Israel’s troubles, however, are far from over, despite the change in its regional standing. The two greatest national security challenges that any leader in Israel faces are:
- The aggressiveness of Iran, which is busy building impressive military capabilities and seeks to surround Israel with a “ring of fire,” and ultimately plans to obtain nuclear weapons. The meaning of this menace derives from the ideological commitment to destroy Israel, which for Iran is not a mere form of words but an active goal and aspiration. Tehran’s efforts are evident in several countries in the region, where the Iranians are putting together independent capabilities, under the control of local militias, for the launching of accurate missiles in numbers that might put Israel at risk. All this is ultimately designed to deter Israel from using force to foil the Iranian nuclear weapon project;
- The erosion of the traditional bipartisan support for Israel, which US Jewry had been able to secure in the wake of World War II and up until the presidency of Barack Obama. This may well be the result of an inevitable historical trajectory, which led to the emergence of two increasingly different and distant perspectives: a Jewish minority community that looks upon itself as an integral part of the liberal world and finds a home in America, and a sovereign state that makes decisions based on the needs of security and survival and in pursuit of national interests, in a manner that often contradicts the liberal sensibilities of the American Jewish community. As the memory of the Holocaust and of the 1948 and 1967 wars fades, and Israel is perceived as a strong state that does not face an existential threat, the solidarity of the Jewish minority with other liberal groups at home is liable to take precedence over Israel’s perceived needs, feeding an increasingly bitter debate within the Democratic Party.

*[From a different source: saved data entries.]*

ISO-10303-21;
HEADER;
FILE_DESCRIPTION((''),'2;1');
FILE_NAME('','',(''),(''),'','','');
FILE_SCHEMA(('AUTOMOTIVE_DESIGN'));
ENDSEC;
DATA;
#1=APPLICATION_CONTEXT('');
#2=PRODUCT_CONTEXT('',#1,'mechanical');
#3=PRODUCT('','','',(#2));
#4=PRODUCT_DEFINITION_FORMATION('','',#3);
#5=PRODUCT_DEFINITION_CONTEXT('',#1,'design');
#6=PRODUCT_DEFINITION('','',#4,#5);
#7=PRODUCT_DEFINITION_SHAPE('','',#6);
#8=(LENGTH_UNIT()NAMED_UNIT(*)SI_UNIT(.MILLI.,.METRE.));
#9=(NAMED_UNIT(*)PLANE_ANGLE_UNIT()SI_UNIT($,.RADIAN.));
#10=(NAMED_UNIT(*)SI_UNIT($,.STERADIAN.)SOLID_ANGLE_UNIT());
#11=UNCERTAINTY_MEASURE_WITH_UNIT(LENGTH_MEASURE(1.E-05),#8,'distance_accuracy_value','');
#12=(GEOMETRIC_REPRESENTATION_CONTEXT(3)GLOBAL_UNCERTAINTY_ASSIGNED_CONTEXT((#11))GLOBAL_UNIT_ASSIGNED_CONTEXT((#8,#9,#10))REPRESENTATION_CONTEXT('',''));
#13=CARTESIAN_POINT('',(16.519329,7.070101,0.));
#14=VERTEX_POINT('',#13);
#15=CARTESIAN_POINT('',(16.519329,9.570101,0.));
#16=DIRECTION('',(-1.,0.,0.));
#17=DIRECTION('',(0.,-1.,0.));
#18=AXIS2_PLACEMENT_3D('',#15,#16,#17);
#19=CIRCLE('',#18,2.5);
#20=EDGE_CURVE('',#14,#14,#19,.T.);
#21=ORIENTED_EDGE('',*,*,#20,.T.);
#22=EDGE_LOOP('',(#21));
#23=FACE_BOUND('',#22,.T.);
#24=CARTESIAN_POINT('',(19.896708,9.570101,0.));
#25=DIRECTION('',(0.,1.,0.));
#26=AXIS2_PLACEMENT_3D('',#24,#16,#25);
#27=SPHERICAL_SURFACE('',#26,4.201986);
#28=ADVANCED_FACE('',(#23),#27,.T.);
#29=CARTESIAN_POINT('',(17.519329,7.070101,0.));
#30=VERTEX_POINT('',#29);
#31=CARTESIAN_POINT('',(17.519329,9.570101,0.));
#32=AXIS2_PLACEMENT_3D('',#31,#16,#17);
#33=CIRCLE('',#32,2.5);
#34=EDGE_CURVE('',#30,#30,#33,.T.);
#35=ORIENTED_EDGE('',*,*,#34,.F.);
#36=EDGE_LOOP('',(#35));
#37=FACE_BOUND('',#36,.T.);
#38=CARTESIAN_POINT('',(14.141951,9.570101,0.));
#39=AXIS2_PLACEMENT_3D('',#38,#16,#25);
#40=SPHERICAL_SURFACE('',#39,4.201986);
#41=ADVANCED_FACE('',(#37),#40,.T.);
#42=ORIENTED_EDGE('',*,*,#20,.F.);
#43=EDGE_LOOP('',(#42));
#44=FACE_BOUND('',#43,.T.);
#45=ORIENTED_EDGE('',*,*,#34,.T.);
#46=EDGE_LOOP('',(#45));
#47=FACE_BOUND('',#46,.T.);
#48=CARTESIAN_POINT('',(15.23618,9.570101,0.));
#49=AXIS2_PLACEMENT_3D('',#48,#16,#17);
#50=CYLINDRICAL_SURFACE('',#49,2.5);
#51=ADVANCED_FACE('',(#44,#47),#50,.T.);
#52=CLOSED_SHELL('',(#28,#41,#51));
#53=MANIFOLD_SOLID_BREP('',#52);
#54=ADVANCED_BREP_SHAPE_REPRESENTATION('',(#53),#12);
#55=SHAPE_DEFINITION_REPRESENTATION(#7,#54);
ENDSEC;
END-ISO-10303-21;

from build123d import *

# Parameters (mm, degrees)
SKETCH_1_ONE_SIDE_W = 1
SKETCH_1_ONE_SIDE_H = 2.5


with BuildPart() as part:
    # 草图1 one side → 旋转1 (revolve)
    with BuildSketch(Plane.XY):
        with Locations((17.019329483, 10.820100989)):
            Rectangle(SKETCH_1_ONE_SIDE_W, SKETCH_1_ONE_SIDE_H)
        with BuildLine():
            Line((15.694722069, 9.570100989), (16.519329483, 9.570100989))
            Line((16.519329483, 9.570100989), (16.519329483, 12.070100989))
            ThreePointArc((16.519329483, 12.070100989), (15.906195328, 10.8863435), (15.694722069, 9.570100989))
        make_face()
        with BuildLine():
            Line((17.519329483, 9.570100989), (18.343936898, 9.570100989))
            ThreePointArc((18.343936898, 9.570100989), (18.132463639, 10.8863435), (17.519329483, 12.070100989))
            Line((17.519329483, 12.070100989), (17.519329483, 9.570100989))
        make_face()
    revolve(axis=Axis((15.236180101, 9.570100989, 0), (1, 0, 0)))


solid = part.part
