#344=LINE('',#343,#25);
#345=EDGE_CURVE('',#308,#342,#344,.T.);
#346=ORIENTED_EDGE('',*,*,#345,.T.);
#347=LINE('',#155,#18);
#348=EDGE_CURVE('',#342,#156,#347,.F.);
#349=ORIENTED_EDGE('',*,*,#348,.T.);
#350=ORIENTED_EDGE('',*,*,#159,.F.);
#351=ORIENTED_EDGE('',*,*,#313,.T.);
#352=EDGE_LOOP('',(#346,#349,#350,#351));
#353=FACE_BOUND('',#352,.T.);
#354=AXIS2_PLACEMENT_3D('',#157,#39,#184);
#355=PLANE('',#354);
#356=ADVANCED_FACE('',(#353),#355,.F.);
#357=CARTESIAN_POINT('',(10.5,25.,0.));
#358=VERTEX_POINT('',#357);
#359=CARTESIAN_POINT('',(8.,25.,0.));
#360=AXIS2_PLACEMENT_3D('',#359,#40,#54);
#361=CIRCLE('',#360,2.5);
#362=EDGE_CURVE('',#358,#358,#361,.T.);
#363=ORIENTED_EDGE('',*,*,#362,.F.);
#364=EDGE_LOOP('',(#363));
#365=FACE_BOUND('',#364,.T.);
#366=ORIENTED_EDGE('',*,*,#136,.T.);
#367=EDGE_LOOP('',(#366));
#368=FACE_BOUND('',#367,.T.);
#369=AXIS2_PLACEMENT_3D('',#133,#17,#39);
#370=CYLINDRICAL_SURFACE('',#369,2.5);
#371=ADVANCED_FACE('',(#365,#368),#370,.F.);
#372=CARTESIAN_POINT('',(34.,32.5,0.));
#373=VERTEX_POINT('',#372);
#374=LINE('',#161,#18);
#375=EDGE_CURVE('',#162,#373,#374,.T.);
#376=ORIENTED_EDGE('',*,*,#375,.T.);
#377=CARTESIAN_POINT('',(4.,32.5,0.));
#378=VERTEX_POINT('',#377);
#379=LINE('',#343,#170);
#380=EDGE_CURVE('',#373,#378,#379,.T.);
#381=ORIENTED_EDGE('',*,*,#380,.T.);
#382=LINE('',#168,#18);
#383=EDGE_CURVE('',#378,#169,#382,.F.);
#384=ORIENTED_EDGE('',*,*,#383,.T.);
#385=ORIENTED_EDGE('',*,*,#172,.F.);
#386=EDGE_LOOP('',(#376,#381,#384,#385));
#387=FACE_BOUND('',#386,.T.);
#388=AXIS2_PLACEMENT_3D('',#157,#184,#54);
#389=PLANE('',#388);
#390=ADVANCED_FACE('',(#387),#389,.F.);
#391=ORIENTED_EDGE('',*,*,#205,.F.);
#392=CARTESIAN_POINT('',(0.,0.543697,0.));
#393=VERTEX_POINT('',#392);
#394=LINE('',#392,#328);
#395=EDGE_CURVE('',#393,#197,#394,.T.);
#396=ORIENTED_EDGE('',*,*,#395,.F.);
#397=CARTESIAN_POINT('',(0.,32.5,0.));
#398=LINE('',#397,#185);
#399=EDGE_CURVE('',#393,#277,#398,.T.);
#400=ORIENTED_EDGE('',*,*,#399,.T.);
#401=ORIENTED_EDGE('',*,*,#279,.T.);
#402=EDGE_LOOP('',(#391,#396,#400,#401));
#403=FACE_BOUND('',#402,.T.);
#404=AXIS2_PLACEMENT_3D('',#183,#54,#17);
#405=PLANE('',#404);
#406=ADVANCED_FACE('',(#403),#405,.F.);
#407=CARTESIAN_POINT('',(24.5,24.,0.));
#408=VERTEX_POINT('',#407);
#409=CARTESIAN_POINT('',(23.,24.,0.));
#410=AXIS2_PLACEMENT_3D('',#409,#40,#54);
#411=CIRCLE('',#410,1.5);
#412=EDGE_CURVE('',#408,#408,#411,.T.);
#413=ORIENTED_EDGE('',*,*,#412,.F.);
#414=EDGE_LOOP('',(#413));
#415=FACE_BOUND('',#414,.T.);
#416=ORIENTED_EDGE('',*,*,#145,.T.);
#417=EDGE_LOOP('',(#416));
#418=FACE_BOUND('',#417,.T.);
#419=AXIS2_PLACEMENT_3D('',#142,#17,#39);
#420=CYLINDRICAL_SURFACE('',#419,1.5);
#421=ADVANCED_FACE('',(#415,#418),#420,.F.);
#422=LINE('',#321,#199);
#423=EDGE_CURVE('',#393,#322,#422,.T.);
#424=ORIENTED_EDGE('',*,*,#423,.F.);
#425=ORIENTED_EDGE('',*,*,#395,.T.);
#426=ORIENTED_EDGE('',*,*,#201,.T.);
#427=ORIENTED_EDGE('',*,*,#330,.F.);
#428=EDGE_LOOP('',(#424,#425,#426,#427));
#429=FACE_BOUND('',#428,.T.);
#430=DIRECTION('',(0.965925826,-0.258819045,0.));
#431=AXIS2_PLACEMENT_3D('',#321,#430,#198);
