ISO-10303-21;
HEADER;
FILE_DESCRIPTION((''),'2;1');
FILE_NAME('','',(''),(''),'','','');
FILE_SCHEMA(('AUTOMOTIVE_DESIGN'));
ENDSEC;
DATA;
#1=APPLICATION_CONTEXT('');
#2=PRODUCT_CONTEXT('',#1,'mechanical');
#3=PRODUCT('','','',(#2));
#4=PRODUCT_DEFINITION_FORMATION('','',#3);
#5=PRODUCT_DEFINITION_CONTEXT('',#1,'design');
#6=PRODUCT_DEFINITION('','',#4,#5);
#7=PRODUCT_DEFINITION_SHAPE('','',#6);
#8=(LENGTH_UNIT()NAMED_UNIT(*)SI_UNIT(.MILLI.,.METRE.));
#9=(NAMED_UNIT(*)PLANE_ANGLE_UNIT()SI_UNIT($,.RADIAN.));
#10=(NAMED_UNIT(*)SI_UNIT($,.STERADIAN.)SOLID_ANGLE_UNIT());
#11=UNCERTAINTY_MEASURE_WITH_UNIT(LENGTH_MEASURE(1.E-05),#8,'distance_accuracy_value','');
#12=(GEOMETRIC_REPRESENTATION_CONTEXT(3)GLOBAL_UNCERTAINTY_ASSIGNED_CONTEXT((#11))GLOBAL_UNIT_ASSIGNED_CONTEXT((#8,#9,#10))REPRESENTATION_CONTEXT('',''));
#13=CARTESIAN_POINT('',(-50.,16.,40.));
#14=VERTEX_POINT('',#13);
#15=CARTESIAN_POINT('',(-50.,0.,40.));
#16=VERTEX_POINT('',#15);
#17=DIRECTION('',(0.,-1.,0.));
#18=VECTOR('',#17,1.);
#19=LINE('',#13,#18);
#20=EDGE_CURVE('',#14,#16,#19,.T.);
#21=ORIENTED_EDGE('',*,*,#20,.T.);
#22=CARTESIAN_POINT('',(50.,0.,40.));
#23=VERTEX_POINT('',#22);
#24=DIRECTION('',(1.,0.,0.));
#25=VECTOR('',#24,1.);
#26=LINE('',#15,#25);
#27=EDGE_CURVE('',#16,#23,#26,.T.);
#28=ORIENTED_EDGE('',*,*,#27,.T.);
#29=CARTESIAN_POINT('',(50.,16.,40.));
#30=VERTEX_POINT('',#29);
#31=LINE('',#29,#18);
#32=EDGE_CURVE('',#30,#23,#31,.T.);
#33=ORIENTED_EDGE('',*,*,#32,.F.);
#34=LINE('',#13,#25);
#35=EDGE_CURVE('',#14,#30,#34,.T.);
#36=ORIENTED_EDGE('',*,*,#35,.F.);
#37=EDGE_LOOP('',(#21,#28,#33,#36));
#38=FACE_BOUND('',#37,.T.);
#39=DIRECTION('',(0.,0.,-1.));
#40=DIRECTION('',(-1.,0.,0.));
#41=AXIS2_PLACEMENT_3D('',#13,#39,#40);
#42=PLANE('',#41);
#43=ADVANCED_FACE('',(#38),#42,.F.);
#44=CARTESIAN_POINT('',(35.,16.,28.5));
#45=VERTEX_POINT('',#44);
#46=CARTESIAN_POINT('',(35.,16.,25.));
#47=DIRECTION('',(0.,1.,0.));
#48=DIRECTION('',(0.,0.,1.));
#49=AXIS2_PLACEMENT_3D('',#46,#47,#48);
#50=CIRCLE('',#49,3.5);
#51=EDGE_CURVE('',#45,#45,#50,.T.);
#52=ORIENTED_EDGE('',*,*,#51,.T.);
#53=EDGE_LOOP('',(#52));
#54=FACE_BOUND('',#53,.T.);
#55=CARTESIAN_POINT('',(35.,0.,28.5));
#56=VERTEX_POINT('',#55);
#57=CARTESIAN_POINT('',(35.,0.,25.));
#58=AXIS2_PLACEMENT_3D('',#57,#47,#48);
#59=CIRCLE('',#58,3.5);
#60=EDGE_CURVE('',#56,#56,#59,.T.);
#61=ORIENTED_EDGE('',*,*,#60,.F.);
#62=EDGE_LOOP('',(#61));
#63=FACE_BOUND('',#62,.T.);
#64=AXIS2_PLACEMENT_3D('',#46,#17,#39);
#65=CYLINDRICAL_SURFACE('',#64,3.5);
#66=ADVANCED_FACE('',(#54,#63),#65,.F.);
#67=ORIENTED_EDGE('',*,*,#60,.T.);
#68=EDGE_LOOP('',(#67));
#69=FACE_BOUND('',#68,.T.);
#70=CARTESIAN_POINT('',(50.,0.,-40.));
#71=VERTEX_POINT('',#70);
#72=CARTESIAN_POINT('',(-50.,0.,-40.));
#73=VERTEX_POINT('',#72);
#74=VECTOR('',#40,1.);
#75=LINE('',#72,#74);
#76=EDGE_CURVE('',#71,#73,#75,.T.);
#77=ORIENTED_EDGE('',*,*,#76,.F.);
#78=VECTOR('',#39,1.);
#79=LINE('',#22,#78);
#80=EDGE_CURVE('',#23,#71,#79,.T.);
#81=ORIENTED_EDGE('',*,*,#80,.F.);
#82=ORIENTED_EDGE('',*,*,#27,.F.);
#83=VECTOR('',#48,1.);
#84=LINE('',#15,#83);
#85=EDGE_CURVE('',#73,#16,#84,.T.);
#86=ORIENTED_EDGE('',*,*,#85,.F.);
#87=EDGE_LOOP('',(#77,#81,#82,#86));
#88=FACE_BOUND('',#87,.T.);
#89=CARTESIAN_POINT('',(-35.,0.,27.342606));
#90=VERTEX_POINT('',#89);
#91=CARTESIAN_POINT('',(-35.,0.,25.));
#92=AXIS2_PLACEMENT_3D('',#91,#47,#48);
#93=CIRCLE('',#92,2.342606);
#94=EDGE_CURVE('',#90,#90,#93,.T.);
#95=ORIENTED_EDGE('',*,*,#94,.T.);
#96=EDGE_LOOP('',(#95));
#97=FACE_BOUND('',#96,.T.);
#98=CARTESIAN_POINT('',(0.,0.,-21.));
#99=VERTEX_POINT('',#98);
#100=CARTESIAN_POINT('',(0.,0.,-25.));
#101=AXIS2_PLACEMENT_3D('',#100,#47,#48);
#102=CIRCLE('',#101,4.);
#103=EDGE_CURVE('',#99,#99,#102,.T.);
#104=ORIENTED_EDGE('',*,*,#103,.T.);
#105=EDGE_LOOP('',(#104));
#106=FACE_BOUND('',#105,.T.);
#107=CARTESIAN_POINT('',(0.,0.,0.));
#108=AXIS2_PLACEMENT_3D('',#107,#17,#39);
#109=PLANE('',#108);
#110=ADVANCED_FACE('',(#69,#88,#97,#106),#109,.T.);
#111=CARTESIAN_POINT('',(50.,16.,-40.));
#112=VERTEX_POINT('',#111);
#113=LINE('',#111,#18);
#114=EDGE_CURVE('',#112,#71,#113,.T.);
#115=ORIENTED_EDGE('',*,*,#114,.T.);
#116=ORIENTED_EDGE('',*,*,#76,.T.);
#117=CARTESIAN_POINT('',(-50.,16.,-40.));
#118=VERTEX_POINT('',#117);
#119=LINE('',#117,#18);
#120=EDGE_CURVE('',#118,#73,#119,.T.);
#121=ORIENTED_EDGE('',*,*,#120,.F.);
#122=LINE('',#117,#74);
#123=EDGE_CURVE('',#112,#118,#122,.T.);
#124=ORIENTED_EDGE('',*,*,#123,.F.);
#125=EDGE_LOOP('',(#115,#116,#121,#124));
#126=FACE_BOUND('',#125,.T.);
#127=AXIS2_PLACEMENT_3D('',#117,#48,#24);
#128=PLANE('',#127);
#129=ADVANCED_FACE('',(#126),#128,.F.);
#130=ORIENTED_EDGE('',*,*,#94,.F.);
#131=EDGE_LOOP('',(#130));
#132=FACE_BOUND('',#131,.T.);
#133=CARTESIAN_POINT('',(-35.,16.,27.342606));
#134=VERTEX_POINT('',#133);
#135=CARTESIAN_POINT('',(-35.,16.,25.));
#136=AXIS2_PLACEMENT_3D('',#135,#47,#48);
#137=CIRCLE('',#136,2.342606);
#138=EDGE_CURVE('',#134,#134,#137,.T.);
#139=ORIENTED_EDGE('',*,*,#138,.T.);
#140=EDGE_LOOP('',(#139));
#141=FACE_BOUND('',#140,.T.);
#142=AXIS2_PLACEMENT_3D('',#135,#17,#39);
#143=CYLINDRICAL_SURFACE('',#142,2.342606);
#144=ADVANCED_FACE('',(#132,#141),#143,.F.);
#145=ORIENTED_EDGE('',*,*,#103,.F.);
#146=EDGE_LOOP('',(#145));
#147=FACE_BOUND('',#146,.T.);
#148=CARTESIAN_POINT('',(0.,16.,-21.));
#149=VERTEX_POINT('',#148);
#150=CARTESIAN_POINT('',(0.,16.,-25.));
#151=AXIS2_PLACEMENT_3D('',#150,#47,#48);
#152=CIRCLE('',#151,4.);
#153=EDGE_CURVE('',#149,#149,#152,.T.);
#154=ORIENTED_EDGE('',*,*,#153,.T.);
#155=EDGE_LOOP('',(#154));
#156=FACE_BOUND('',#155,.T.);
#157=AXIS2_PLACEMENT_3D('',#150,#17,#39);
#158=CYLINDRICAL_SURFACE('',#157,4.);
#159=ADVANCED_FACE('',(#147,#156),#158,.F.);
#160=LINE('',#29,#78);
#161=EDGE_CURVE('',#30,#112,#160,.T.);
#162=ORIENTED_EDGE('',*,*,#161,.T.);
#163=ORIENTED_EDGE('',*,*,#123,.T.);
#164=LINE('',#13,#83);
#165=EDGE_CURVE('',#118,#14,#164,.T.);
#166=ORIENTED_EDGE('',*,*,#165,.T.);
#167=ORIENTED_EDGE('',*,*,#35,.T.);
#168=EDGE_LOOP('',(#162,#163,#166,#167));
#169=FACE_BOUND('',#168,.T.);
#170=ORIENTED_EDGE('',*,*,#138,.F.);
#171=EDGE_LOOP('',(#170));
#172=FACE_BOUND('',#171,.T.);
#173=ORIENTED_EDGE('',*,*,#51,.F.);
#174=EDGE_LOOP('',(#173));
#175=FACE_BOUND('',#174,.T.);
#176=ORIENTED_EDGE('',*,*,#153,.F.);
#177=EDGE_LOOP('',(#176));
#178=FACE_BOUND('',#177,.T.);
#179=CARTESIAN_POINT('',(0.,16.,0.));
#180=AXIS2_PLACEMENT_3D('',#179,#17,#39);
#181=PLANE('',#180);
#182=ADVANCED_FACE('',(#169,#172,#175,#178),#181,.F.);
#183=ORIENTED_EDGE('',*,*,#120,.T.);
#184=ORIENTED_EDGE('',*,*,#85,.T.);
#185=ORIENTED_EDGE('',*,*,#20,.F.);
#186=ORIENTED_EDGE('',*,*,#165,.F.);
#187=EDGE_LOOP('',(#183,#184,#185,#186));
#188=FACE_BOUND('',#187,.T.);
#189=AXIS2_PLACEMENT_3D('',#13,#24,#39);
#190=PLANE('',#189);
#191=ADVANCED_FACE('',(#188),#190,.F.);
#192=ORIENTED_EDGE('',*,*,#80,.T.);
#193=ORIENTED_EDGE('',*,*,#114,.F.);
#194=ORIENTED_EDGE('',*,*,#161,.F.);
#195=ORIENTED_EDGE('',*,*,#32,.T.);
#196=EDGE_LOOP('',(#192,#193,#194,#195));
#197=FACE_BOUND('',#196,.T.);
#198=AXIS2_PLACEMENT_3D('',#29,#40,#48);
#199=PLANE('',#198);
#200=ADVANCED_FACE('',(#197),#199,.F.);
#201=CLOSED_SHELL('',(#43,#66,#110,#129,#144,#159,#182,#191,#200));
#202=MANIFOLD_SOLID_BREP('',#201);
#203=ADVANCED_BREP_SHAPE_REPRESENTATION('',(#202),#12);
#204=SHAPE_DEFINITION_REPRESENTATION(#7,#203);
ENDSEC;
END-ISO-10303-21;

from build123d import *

# Parameters (mm, degrees)
SKETCH_1_W      = 100
SKETCH_1_H      = 80
SKETCH_1_R      = 2.342606428
SKETCH_1_R_2    = 3.5
SKETCH_1_R_3    = 4
EXTRUDE_1_DEPTH = 16


with BuildPart() as part:
    # 草图1 → 凸台-拉伸1 (new body)
    with BuildSketch(Plane(origin=(0, 0, 0), x_dir=(1, 0, 0), z_dir=(0, 1, 0))):
        Rectangle(SKETCH_1_W, SKETCH_1_H)
        with Locations(Location((-35, -25, 0), (0, 0, 270))):
            Circle(SKETCH_1_R, mode=Mode.SUBTRACT)
        with Locations(Location((35, -25, 0), (0, 0, 270))):
            Circle(SKETCH_1_R_2, mode=Mode.SUBTRACT)
        with Locations(Location((0, 25, 0), (0, 0, 270))):
            Circle(SKETCH_1_R_3, mode=Mode.SUBTRACT)
    extrude(amount=EXTRUDE_1_DEPTH)


solid = part.part
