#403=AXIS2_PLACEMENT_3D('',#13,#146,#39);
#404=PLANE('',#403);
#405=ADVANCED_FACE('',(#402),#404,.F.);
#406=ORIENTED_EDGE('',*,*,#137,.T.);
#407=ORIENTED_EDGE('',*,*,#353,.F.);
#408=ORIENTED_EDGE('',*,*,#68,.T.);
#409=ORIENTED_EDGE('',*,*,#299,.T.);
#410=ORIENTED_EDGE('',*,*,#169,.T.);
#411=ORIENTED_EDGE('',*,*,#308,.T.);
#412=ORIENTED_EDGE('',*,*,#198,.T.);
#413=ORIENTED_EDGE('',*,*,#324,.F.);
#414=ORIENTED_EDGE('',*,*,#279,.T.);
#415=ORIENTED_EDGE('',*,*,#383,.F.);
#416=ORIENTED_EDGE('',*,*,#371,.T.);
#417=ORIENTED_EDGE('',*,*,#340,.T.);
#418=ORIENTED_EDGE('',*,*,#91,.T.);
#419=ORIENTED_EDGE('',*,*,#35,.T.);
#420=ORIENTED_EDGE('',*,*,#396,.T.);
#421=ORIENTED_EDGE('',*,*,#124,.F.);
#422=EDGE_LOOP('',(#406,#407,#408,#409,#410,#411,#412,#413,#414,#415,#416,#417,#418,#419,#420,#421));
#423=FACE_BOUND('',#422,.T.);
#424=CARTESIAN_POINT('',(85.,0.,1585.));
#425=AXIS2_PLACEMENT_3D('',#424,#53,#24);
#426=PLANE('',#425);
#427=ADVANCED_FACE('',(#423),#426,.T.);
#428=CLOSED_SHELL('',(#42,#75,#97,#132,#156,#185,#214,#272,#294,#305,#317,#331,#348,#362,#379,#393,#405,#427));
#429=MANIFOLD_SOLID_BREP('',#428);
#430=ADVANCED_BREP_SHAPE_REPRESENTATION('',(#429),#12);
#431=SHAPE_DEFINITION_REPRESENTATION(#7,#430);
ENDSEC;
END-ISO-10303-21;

A Sobering but Not Hopeless Perspective
The global outlook described here is hardly optimistic. Still, in the Middle East the landscape is more varied and may offer Israel better options looking toward the future, alongside a daunting list of dangers.
This sobering perspective leads to an unambiguous conclusion: Israel must continue to build up its own strength, militarily, economically, and technologically. It must continue to maintain and expand its networks of cooperation worldwide. The success in creating a Mediterranean bloc or alignment, alongside Greece, Cyprus, and Egypt, and the related breakthrough in normalizing relations with Sunni Arab states far from Israel’s borders are both object lessons in the utility of this approach in recent years.
It is of immense importance to sustain and shore up the special relationship with the US despite all difficulties. Perhaps, ironically, it would be America’s wish to reduce its presence in the region that would enhance Israel’s importance as a key strategic ally, which the US—as it pulls away—should strengthen in this conflict-ridden region.
At the end of the day, only a militarily strong Israel, ready to preserve the basic principle of its old and present national defense doctrine—namely, of defending itself by itself against any coalition of enemies—can sustain its regional position and thus retain its attraction as a partner to other significant international players.